Other common examples of random factors include sites and subjects - factors for which we are attempting to generalise over. Furthermore, the nature of random factors means that we have no indication of how a new level of that factor (such as another subject or site) are likely to respond and thus it is not possible to predict new observations from random factors. These differences between fixed and random factors are reflected in the way their respective null hypotheses are formulated and interpreted. Whilst fixed factors contrast the effects of the different levels of the factor, random factors are modelled as the amount of additional variability they introduce. Random factors are modelled with a mean of \(0\) and their variance is estimated as the effect coefficient.

Linear model

The linear model for single factor classification is similar to that of multiple linear regression. The linear model can thus be represented by either:

  • Means parameterisation - in which the regression slopes represent the means of each treatment group and the intercept is removed (to prevent over-parameterisation).
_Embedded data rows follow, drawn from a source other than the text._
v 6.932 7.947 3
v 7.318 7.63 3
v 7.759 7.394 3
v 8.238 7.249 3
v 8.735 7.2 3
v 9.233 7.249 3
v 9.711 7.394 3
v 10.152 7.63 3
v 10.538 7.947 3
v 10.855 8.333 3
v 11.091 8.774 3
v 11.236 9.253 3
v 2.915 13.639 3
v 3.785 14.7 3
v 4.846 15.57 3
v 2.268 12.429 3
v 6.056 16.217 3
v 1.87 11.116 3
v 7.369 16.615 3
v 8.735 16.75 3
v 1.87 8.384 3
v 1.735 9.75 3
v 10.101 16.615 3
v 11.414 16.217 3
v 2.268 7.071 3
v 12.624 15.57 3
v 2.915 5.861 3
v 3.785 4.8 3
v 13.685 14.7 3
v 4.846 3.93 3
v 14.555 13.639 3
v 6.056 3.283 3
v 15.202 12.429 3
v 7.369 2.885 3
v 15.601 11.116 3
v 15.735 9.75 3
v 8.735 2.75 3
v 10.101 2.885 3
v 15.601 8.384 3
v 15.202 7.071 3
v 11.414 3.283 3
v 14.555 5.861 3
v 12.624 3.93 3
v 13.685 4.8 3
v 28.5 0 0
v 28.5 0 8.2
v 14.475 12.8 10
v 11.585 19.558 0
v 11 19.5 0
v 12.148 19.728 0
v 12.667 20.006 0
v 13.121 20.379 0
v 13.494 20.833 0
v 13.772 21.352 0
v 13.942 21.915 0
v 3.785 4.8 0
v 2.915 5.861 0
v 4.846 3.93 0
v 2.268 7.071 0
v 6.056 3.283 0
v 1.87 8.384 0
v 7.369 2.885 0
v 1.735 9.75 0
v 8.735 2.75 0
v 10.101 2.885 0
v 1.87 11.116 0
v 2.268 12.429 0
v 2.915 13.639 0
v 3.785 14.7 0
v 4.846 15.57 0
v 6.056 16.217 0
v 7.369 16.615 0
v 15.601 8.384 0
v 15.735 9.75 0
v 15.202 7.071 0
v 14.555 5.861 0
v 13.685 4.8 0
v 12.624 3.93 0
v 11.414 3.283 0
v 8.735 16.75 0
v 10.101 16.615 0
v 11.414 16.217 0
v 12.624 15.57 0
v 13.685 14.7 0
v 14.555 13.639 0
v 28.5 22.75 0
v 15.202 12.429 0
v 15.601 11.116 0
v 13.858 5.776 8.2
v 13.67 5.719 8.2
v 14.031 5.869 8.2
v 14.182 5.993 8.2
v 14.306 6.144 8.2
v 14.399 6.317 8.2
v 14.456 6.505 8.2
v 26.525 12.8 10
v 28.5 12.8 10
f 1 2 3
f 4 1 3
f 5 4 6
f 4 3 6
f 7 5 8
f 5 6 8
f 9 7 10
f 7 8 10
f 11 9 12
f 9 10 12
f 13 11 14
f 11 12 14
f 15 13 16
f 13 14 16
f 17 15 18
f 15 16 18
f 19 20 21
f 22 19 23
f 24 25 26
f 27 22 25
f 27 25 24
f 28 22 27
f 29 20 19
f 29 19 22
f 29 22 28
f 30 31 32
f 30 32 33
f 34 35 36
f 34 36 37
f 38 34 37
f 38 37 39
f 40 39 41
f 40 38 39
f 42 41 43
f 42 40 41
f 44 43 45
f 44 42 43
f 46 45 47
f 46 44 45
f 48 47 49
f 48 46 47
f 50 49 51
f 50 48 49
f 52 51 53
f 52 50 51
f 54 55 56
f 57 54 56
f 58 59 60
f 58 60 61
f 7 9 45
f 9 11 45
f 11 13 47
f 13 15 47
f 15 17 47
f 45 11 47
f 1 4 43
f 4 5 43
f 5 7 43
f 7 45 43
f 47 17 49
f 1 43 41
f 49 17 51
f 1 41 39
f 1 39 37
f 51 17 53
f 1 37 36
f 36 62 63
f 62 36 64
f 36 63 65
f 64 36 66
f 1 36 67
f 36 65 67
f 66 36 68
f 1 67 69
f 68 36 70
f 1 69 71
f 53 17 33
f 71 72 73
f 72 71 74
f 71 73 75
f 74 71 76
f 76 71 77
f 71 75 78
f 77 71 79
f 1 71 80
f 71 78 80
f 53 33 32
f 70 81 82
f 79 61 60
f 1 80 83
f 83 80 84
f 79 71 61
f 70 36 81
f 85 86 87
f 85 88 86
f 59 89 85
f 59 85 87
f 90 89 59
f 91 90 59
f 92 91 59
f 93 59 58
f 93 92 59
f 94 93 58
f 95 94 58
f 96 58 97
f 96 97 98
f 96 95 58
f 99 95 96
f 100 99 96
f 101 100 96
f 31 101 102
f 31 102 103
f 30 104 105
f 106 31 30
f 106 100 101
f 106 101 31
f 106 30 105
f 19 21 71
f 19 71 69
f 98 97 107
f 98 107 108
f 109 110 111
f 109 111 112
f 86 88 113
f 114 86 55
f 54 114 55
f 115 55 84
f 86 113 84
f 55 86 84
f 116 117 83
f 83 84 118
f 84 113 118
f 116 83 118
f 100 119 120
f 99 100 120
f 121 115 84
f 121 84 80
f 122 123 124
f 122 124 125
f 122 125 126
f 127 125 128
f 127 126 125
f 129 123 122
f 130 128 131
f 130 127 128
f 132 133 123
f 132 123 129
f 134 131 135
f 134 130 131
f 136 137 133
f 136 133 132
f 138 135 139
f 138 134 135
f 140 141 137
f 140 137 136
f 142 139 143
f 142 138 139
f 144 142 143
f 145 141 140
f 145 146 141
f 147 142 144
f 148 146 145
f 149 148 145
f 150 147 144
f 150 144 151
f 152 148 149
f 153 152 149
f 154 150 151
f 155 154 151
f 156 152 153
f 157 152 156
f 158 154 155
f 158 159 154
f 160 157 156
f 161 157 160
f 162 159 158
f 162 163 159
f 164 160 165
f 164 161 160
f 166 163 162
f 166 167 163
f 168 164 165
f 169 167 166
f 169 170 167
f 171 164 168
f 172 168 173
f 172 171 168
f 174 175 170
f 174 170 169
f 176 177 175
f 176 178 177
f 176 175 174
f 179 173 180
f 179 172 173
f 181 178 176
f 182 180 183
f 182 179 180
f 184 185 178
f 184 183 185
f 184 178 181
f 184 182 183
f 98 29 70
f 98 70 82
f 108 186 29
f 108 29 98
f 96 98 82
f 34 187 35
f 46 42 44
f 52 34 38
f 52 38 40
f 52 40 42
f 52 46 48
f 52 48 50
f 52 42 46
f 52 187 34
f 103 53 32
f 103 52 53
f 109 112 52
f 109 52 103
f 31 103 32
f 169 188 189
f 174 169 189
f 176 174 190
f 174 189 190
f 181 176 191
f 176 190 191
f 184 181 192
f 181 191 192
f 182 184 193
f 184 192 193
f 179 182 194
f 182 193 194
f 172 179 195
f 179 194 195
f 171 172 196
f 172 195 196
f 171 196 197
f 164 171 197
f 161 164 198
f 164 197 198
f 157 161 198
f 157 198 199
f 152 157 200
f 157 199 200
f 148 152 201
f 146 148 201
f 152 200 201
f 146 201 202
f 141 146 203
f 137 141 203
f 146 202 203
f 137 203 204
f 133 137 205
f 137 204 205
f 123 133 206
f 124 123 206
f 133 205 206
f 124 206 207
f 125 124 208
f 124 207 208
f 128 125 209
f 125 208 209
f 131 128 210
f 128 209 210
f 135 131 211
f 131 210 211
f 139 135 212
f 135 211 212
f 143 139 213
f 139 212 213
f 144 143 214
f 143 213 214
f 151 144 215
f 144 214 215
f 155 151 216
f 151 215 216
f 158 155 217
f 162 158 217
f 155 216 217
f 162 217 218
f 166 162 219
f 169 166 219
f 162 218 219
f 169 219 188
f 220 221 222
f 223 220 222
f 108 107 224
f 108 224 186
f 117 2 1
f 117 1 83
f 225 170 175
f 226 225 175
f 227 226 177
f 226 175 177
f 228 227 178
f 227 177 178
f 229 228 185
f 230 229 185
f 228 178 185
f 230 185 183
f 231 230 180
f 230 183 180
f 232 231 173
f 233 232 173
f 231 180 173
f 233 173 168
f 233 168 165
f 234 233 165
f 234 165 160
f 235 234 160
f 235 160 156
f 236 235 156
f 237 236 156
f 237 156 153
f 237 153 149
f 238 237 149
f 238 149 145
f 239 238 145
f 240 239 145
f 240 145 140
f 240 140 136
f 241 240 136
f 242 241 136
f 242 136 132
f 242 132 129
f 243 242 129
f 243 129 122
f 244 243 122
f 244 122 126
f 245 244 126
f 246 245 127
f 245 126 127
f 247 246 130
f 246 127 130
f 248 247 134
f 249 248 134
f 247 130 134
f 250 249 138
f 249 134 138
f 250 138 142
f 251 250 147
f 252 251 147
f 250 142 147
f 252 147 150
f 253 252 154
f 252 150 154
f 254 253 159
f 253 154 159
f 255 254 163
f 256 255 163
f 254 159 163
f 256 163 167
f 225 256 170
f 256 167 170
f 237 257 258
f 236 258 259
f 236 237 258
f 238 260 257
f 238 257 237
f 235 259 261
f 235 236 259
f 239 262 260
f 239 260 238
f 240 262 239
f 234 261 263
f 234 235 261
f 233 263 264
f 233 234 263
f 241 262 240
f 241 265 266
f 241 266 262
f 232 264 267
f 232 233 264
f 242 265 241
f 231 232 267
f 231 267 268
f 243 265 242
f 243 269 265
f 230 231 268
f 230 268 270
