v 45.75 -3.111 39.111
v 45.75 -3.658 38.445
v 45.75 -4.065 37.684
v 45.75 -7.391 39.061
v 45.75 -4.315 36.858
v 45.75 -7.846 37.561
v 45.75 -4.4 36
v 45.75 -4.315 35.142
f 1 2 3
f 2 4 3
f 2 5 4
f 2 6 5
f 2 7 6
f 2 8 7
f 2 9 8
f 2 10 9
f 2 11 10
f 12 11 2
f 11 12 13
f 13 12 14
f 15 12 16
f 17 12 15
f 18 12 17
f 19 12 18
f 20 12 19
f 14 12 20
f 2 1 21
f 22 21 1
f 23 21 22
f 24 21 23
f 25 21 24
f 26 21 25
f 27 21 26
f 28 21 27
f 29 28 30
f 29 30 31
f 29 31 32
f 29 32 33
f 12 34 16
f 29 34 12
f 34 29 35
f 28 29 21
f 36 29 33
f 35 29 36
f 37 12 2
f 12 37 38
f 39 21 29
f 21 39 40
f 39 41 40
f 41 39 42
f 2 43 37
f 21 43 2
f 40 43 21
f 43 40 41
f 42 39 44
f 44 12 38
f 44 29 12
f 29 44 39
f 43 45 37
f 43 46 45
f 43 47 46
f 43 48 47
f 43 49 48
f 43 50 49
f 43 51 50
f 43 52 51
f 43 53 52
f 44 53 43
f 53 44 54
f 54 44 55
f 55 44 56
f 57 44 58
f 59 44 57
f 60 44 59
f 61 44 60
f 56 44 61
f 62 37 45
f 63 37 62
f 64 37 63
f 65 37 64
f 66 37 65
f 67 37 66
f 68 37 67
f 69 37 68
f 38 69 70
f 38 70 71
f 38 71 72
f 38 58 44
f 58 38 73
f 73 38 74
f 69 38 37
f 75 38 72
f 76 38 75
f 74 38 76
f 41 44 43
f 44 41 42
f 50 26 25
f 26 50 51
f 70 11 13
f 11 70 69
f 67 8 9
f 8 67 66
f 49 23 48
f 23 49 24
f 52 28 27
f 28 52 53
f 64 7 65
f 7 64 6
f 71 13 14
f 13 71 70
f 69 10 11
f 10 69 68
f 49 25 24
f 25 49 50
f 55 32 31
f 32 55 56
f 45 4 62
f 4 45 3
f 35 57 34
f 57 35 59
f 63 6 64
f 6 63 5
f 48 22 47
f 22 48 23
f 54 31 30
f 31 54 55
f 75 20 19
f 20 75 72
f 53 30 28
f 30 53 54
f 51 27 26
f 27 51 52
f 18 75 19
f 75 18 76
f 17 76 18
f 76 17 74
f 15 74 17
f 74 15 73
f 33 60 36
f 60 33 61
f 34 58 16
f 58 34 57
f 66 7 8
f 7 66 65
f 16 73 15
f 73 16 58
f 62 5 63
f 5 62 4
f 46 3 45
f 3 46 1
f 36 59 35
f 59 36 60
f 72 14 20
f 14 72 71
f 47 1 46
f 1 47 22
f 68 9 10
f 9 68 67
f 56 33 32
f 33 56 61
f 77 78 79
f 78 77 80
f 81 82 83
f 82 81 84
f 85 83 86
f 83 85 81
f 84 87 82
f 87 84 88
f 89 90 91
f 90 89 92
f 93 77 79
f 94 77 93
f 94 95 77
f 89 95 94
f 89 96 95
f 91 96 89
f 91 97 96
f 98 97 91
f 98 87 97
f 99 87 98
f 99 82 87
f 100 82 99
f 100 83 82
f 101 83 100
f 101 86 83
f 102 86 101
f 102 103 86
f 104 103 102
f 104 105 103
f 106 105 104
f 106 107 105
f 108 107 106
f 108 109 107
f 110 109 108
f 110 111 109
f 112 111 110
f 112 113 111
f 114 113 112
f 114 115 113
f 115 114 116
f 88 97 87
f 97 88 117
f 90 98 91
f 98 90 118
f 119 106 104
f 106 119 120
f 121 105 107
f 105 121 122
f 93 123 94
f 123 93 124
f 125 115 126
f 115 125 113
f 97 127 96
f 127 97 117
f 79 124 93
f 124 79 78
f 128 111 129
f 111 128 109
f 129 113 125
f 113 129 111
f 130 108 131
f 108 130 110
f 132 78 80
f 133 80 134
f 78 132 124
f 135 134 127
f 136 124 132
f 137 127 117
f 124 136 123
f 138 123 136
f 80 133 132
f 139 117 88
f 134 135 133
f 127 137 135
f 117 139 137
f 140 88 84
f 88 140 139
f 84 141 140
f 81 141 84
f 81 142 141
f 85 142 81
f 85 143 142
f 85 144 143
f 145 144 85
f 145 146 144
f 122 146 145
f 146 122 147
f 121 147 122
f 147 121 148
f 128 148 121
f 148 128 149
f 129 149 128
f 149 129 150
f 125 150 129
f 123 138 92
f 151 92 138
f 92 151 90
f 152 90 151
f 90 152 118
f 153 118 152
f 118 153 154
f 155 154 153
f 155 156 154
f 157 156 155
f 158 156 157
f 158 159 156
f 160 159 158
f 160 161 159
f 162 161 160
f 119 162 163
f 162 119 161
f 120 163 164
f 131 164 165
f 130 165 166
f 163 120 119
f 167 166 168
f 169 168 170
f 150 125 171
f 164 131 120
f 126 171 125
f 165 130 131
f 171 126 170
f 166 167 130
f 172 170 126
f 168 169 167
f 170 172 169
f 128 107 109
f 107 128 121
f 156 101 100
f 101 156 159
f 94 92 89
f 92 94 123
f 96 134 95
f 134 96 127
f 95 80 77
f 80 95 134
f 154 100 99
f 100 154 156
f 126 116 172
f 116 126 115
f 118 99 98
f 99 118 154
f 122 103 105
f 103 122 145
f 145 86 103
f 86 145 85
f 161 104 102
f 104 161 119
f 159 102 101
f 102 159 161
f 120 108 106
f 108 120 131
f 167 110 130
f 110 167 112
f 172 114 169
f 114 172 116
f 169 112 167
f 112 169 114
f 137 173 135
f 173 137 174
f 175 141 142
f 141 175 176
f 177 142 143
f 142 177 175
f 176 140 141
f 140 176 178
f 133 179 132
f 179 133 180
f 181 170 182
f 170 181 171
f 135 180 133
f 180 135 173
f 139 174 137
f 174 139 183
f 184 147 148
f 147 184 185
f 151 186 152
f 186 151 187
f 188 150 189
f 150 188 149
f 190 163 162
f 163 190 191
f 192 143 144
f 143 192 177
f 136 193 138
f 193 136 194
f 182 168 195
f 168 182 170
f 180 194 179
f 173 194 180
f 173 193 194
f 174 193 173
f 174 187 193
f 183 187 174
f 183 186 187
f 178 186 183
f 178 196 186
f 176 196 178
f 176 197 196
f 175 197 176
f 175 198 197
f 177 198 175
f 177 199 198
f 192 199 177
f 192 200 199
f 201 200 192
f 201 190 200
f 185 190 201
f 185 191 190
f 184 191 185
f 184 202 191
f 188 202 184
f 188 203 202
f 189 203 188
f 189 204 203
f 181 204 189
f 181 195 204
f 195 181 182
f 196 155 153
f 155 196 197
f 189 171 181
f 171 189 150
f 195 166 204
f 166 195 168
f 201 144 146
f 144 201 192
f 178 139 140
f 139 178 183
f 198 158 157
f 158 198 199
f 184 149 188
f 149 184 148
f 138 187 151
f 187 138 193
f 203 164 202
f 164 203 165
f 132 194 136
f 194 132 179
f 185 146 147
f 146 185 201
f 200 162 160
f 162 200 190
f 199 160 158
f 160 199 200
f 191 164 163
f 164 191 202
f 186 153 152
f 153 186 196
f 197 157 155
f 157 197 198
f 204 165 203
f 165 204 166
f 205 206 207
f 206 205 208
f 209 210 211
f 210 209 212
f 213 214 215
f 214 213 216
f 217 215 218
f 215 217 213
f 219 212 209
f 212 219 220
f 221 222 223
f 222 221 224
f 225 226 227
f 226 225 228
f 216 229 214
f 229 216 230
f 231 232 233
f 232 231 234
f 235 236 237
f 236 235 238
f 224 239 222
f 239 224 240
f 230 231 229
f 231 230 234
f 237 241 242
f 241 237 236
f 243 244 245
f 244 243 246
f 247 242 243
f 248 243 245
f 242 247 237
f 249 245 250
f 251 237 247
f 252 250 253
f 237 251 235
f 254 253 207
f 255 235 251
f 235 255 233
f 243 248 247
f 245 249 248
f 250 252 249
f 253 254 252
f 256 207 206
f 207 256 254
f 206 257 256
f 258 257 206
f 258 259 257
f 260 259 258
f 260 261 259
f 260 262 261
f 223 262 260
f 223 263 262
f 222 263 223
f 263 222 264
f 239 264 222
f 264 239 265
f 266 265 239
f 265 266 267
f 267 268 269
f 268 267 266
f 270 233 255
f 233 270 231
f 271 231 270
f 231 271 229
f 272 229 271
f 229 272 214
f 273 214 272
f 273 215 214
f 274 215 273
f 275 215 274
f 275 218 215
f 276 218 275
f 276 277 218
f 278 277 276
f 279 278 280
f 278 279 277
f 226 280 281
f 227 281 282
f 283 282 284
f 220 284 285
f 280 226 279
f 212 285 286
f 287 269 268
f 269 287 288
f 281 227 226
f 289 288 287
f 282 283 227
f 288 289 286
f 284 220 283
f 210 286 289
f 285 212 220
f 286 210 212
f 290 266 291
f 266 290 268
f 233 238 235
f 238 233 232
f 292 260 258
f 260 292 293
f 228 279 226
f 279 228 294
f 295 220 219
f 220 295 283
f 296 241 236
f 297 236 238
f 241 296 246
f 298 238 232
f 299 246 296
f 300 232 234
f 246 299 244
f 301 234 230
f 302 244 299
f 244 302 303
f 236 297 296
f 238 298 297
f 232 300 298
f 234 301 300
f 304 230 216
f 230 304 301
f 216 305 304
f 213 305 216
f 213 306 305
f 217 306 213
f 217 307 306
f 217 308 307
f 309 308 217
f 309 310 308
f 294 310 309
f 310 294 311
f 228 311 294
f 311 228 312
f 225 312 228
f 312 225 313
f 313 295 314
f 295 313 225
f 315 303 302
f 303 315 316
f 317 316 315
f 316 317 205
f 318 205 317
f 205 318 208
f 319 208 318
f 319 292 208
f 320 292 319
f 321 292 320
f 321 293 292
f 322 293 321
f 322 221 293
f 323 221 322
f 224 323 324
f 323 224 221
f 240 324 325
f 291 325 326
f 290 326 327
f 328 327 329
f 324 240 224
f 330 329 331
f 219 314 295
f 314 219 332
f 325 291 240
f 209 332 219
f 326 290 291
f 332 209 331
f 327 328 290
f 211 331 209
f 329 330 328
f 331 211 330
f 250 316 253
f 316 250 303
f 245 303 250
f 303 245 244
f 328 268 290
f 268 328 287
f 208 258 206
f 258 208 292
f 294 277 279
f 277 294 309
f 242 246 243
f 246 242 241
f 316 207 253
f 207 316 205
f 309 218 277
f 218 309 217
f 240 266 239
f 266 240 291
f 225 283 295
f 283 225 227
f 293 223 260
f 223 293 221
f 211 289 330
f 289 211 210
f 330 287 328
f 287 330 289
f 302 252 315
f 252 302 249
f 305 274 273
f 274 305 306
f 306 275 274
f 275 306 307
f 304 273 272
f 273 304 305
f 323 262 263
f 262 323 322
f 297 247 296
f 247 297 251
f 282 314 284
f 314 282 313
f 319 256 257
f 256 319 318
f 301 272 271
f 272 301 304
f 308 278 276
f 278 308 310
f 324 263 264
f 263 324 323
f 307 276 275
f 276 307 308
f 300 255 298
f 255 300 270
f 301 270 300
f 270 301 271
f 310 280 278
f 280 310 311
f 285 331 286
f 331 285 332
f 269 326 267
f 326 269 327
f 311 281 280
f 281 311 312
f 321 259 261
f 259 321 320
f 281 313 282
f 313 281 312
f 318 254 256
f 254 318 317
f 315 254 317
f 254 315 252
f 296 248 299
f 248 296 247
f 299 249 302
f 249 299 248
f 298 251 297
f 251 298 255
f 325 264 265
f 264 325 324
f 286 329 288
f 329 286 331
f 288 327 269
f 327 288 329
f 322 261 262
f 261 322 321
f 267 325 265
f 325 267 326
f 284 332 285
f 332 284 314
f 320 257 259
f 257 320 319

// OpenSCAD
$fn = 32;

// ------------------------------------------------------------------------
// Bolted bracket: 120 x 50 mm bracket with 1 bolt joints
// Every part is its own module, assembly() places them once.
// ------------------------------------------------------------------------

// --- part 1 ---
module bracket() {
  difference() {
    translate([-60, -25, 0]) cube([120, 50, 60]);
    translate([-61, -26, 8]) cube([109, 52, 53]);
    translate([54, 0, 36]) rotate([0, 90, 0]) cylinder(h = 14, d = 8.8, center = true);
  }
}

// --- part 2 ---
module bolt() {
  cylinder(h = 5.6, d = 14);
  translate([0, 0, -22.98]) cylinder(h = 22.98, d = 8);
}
\[ y_{ij} = \beta_1(\text{level}_1)_{ij} + \beta_2(\text{level}_2)_{ij} + \ldots + \epsilon_{ij},\]

where \(\beta_1\) and \(\beta_2\) respectively represent the means response of treatment level \(1\) and \(2\). This is often simplified to \(y_{ij}=\alpha_i + \epsilon_{ij}\).

  • Effects parameterisation - the intercept represents a property such as the mean of one of the treatment groups (treatment contrasts) or the overall mean (sum contrasts), and the slope parameters represent effects (differences between each other group and the reference mean for example).

\[ y_{ij} = \mu + \beta_2(\text{level}_2)_{ij} + \beta_3(\text{level}_3)_{ij} + \ldots + \epsilon_{ij},\]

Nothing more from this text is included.